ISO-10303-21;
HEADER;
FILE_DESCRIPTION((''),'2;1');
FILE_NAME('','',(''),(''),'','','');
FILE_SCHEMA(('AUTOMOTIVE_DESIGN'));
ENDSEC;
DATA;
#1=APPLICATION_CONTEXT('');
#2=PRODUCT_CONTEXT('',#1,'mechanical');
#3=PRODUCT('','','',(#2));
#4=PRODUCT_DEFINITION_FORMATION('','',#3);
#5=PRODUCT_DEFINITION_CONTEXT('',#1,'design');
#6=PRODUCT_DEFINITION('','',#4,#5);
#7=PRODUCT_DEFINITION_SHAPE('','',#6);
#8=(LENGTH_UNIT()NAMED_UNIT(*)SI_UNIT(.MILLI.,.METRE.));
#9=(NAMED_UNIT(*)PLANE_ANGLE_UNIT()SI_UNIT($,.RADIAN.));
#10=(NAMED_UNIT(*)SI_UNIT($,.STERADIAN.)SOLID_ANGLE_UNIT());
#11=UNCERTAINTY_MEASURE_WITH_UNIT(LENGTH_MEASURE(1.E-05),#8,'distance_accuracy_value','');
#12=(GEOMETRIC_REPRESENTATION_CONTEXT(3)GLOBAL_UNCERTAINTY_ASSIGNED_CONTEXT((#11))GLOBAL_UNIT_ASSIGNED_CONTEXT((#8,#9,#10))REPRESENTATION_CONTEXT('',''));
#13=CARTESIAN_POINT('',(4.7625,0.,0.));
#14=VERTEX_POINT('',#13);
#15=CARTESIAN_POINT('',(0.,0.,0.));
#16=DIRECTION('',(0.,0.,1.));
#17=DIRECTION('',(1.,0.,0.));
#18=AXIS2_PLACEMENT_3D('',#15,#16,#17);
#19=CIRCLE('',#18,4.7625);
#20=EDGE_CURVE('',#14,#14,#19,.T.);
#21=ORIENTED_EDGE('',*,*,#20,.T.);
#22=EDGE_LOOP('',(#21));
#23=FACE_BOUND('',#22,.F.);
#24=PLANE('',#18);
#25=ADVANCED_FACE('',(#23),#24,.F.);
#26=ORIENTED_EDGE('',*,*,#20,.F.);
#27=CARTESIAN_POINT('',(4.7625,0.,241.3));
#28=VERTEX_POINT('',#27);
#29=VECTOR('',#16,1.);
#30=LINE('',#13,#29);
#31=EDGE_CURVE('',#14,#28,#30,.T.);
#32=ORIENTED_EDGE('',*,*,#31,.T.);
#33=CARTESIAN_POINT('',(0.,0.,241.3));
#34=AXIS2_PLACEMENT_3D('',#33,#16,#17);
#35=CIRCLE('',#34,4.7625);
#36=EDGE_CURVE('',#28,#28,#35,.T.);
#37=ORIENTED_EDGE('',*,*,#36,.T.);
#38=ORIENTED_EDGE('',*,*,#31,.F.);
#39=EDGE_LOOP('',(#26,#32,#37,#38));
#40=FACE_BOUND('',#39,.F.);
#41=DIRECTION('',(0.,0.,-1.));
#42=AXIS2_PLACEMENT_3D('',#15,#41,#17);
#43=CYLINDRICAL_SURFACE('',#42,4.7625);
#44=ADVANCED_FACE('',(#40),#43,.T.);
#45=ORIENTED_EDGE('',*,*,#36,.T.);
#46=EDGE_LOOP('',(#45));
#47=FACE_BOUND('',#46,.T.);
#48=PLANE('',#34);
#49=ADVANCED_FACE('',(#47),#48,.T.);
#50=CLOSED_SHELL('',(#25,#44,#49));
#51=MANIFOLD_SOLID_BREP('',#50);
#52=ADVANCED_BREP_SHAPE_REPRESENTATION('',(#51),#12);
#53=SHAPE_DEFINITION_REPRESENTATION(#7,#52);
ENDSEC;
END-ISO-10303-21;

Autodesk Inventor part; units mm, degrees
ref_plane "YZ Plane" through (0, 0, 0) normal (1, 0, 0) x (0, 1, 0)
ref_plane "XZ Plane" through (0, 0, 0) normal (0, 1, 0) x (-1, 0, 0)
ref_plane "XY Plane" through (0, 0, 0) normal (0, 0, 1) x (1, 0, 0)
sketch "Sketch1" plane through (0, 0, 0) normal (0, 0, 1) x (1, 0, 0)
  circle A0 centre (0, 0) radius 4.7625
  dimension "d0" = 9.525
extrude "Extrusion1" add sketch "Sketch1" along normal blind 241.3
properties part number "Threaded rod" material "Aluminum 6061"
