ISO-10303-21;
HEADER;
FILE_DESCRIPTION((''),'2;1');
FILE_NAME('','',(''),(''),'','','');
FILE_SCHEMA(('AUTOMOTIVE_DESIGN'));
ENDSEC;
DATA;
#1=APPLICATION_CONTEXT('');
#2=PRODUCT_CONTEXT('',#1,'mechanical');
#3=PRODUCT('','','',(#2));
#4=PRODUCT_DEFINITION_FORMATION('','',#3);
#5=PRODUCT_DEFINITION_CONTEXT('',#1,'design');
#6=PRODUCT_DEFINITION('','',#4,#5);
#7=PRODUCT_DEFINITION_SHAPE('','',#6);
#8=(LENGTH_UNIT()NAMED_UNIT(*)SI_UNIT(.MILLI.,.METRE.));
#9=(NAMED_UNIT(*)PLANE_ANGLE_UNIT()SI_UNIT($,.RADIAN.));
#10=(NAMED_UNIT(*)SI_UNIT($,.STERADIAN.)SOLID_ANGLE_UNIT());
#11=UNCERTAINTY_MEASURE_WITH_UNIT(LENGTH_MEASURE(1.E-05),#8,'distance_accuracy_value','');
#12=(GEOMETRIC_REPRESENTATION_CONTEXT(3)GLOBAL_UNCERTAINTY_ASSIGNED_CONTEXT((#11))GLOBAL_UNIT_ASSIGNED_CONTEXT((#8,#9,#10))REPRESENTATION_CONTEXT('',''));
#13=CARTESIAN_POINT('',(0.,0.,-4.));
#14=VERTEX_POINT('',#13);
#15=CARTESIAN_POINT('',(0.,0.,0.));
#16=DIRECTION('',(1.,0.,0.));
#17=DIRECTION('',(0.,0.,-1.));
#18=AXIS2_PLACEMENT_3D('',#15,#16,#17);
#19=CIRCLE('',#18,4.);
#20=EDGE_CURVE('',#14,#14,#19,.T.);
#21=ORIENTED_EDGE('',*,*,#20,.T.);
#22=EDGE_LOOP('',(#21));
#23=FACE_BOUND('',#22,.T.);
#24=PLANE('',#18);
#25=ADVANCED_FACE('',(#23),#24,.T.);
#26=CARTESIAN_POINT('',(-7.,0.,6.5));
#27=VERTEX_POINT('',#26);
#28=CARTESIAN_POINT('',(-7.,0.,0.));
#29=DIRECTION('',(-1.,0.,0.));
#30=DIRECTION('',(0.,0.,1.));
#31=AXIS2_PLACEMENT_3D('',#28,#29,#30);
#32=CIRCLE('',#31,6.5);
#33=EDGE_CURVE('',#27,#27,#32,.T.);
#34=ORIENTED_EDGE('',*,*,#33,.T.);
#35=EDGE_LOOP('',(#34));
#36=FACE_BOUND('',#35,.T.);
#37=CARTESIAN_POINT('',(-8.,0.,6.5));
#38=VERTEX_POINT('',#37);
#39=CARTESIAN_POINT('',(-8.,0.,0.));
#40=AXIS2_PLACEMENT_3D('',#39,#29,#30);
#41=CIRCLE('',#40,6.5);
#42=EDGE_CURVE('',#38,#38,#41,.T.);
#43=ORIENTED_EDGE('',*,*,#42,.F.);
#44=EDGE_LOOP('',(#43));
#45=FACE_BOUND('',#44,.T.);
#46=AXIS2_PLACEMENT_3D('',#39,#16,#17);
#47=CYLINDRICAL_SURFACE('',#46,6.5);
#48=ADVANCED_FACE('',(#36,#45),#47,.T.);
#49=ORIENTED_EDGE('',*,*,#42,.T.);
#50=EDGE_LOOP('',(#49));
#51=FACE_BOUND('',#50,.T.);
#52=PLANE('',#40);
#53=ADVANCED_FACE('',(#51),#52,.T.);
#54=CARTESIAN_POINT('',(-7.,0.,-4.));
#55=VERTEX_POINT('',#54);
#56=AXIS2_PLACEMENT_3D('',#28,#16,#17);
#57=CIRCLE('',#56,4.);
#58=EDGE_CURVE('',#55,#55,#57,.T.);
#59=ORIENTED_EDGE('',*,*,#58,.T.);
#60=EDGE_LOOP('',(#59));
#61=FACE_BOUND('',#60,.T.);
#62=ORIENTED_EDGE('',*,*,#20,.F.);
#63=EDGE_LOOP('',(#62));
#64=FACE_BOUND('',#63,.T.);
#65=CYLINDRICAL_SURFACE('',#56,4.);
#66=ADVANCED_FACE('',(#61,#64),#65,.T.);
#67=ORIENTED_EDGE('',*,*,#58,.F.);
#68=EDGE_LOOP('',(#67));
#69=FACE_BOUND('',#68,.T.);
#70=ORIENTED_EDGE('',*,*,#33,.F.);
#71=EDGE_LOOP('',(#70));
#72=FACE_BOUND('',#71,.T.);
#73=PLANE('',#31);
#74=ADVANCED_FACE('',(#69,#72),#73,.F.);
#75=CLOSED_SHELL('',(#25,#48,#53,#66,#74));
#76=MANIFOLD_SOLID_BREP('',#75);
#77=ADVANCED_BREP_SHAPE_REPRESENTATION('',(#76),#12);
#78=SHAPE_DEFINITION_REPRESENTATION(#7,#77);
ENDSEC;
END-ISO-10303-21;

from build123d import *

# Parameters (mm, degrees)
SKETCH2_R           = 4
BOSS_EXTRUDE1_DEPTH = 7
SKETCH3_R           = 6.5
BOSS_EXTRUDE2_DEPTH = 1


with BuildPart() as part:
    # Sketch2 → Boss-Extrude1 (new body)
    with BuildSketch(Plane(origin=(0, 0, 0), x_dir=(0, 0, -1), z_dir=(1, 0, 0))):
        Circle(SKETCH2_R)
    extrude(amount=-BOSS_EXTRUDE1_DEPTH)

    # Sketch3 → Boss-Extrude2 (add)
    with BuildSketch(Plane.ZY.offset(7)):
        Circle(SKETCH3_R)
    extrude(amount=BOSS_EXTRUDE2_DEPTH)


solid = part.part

-.-.-

◆ **Task to carry out**
Filter the material above down to the lines that hold the word "DIRECTION".

◆ **Output for this exercise**
#16=DIRECTION('',(0.,0.,1.));
#17=DIRECTION('',(1.,0.,0.));
#41=DIRECTION('',(0.,0.,-1.));
#16=DIRECTION('',(1.,0.,0.));
#17=DIRECTION('',(0.,0.,-1.));
#29=DIRECTION('',(-1.,0.,0.));
#30=DIRECTION('',(0.,0.,1.));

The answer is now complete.